Cognominado de Pagão por ter recebido o batismo somente aos quatro anos de idade, de estatura baixa para o ofício de centroavante, 1.67 metros, o atacante havia percorrido os três clubes da cidade portuária, realizando os primeiros treinos profissionais no Jabaquara, transferindo-se em seguida para a Portuguesa Santista, onde se distinguira como artilheiro do Campeonato Paulista da Primeira Divisão, em 1954, com dezesseis gols, proeza suficiente para despertar o interesse dos grandes clubes. De fato, já no ano seguinte ele se achava incorporado ao elenco do alvinegro praiano e em 1956 obteve a consagração com o bicampeonato Paulista da Divisão Especial. Depois de se manter por três temporadas consecutivas na posição de titular absoluto da camisa nove, problemas de ordem física determinaram o ponto de inflexão na carreira ascendente do jogador, o qual, com efeito, acabaria cortado da delegação que excursionava em 1959 pela Europa, sendo enviado de volta ao país para cuidados médicos[2]. As informações que circulavam na Vila Belmiro, porém, davam conta de razões inconfessadas para o inesperado desligamento:
[Pagão havia retornado] porque se desentendera com o seu companheiro de equipe, Édson Arantes do Nascimento (Pelé), culpando o “coloured” avante de prender o seu jogo, facilitando quando Coutinho entrava na linha de avantes a fim de garantir para o seu companheiro de pensão, um lugar na equipe de cima.[3]

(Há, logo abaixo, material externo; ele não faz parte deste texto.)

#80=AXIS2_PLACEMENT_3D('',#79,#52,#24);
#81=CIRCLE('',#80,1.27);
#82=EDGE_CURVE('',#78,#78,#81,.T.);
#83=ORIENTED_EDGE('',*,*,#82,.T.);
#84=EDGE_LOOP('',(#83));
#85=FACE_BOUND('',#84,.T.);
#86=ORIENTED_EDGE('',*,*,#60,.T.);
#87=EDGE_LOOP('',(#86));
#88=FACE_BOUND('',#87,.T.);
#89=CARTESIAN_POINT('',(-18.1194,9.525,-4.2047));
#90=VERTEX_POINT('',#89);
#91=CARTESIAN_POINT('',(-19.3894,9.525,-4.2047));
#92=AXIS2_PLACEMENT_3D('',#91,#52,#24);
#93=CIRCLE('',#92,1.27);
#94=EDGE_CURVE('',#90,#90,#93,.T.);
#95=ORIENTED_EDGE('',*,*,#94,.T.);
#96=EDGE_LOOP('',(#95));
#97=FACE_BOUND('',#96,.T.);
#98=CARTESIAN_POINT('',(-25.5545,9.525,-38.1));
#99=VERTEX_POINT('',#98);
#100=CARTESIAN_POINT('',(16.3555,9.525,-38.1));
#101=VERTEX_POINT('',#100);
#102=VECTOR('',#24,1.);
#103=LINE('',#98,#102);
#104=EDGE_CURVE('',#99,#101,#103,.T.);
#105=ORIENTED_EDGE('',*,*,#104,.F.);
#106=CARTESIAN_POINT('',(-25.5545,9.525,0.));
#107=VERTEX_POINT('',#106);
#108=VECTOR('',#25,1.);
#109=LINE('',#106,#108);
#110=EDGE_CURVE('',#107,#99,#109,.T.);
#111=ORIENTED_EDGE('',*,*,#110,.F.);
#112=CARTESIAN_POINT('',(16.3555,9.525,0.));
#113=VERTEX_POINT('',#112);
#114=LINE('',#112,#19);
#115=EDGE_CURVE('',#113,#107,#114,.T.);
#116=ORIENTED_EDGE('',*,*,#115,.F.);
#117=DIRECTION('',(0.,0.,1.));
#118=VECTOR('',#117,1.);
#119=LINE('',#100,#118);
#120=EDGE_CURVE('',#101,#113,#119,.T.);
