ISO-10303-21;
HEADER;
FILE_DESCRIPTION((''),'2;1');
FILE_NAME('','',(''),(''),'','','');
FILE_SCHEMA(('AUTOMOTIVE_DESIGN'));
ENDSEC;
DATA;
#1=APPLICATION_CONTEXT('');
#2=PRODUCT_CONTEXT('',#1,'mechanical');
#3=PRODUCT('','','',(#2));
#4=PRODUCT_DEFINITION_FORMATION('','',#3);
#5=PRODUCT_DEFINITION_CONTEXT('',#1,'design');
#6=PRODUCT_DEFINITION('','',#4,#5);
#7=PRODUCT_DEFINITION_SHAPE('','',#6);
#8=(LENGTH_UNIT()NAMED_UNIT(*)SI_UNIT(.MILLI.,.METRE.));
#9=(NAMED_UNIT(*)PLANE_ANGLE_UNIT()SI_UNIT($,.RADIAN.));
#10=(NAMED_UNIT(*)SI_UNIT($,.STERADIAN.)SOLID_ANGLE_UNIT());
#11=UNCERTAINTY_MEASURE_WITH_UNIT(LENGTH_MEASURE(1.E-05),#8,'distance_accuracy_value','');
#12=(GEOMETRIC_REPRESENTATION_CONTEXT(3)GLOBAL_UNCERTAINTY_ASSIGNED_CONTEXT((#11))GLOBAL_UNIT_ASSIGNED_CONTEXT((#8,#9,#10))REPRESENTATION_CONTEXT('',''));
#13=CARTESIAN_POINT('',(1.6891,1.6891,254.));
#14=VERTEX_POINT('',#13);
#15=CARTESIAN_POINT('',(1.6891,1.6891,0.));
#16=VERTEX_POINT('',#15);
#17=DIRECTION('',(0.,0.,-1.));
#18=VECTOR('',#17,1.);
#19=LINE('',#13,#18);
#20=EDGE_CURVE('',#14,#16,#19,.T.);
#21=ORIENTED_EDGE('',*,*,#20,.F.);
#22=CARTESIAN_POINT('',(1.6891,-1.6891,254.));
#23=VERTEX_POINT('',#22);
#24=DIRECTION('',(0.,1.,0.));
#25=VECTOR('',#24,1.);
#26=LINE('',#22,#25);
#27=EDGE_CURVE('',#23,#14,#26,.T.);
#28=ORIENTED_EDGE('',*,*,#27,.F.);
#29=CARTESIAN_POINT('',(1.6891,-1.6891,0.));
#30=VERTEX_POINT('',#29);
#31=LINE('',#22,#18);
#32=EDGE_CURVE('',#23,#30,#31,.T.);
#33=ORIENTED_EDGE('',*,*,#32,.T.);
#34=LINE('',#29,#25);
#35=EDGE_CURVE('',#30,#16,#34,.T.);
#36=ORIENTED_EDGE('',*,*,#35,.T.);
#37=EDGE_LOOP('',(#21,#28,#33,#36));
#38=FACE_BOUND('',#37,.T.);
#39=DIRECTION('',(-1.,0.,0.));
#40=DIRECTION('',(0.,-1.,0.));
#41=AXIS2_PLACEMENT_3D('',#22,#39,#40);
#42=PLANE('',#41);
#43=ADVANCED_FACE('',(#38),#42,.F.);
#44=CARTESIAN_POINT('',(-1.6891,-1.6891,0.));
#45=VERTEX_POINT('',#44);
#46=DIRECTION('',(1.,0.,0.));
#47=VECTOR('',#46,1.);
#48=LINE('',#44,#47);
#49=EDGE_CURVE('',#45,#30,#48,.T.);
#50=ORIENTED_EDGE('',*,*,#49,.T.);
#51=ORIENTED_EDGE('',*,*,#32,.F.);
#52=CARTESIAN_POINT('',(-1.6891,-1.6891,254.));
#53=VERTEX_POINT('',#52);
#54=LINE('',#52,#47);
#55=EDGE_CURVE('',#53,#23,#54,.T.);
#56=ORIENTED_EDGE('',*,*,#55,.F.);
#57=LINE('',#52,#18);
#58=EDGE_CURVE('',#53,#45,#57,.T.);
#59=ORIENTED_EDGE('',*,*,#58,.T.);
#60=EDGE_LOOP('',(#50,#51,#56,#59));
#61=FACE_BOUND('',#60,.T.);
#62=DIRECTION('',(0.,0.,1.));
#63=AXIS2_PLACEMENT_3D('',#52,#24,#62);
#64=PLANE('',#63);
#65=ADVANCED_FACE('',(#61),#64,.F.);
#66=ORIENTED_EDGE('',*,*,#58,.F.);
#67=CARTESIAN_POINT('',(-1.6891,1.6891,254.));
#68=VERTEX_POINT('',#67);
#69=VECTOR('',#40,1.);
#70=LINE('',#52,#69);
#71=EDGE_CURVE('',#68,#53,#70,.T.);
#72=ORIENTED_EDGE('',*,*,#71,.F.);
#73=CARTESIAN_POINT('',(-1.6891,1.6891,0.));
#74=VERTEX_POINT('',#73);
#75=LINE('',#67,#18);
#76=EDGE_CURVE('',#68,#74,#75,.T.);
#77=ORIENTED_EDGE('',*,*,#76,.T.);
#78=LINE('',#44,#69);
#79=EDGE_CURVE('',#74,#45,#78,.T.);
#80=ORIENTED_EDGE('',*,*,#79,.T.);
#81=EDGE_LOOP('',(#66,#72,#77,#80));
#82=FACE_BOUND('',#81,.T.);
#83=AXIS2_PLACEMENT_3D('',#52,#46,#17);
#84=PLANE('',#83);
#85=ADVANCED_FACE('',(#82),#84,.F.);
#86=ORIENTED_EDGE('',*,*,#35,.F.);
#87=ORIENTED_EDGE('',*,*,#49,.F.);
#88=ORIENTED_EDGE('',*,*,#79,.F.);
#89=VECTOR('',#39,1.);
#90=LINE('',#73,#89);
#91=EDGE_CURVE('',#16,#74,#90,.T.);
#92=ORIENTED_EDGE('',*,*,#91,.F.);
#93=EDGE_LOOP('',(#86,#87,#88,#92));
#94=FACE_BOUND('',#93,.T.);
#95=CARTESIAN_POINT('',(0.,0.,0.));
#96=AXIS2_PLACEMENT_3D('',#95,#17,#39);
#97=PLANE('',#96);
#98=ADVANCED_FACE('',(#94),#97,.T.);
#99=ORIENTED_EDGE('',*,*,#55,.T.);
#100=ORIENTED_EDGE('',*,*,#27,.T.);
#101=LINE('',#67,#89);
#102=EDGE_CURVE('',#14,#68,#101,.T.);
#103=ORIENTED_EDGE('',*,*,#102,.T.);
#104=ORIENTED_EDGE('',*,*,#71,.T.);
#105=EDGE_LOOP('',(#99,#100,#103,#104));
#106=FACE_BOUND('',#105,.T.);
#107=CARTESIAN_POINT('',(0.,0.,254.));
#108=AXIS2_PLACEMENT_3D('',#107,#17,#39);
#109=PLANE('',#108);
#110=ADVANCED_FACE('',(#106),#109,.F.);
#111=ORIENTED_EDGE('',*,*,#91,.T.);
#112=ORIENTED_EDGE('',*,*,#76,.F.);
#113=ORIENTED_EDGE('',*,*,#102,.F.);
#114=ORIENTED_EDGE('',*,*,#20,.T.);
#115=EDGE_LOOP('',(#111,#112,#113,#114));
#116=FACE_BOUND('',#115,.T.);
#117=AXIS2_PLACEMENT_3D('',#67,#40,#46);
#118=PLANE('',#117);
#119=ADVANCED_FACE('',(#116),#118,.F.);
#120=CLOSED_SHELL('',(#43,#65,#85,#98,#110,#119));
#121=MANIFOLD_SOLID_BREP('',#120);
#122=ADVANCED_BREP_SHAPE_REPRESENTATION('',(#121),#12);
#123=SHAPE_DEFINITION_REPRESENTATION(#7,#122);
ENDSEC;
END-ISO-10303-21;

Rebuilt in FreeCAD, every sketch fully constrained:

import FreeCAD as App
import Part
import Sketcher
Q = App.Units.Quantity


def add_polygon(sketch, points):
    """Adds a closed chain of lines whose ends are joined by coincident constraints."""
    first, n = sketch.GeometryCount, len(points)
    for a, b in zip(points, points[1:] + points[:1]):
        sketch.addGeometry(Part.LineSegment(App.Vector(*a, 0), App.Vector(*b, 0)), False)
    for i in range(n):
        sketch.addConstraint(Sketcher.Constraint("Coincident", first + i, 2, first + (i + 1) % n, 1))

doc = App.newDocument("Part")
body = doc.addObject("PartDesign::Body", "Body")

# Sketch on XY plane
sketch1 = body.newObject("Sketcher::SketchObject", "Sketch")
sketch1.AttachmentSupport = (doc.getObject("XY_Plane"), [""])
sketch1.MapMode = "FlatFace"
add_polygon(sketch1, [(-1.7, 1.7), (-1.7, -1.7), (1.7, -1.7), (1.7, 1.7)])  # lines 0-3
sketch1.addConstraint([
    Sketcher.Constraint("Vertical", 0),
    Sketcher.Constraint("Horizontal", 1),
    Sketcher.Constraint("Vertical", 2),
    Sketcher.Constraint("Horizontal", 3),
    Sketcher.Constraint("Symmetric", 0, 2, 2, 2, -1, 1),
    Sketcher.Constraint("Equal", 3, 0),
    Sketcher.Constraint("DistanceX", 1, 1, 1, 2, Q("0.133 in")),
])
pad1 = body.newObject("PartDesign::Pad", "Pad")
pad1.Profile = sketch1
pad1.Length = Q("10 in")

doc.recompute()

A delegação do Santos, eis o ponto a ser ressaltado, não trouxera da longa jornada pelos gramados europeus apenas troféus e dólares. Na bagagem constava também uma questão racial implícita na disputa pela posição de titular no ataque da equipe. A Tribuna a mencionava, no entanto, como mero boato, simples intriga sem qualquer fundamento. Para prová-lo, o periódico citava a declaração do treinador Lula segundo a qual Pagão sofrera uma “distensão grave” que o impossibilitara de prosseguir com o grupo. A contusão do centroavante remontava à disputa do Torneio Rio-São Paulo, realizado nos meses que precederam a viagem pelo Velho Mundo[4]. Desde então a carreira do atleta ingressara no ciclo infernal dos afastamentos temporários, retornos precipitados e novos desligamentos, motivados pela lesão muscular que se tornara crônica: “Ia treinar, pronto, sentia de novo”. O departamento médico, no entanto, lhe dizia que “não era nada” e o liberava para entrar em campo: “Eles não acreditavam quando eu me queixava das dores, cheguei a jogar machucado várias vezes”[5]. O episódio deixara “uma mágoa que guardo para sempre”. De fato, a impossibilidade de retomar em condições normais a carreira profissional, as constantes recaídas determinadas pela distensão mal curada, lançaram sobre o centroavante a suspeita de fazer “corpo mole” e o estigmatizaram com o epíteto de “Canela de Vidro”[6]. Para piorar as coisas, nesse ínterim, começava a despontar na Vila Belmiro um atacante jovem e habilidoso, cheio de vigor, como reconhecia o próprio Pagão:
Mas enquanto isso surgia o Coutinho. Meu papel no time era o de vir buscar a bola e combinar com o Pelé na área. Na minha ausência essa responsabilidade ficou com o Pelé, Coutinho marcando os gols.[7]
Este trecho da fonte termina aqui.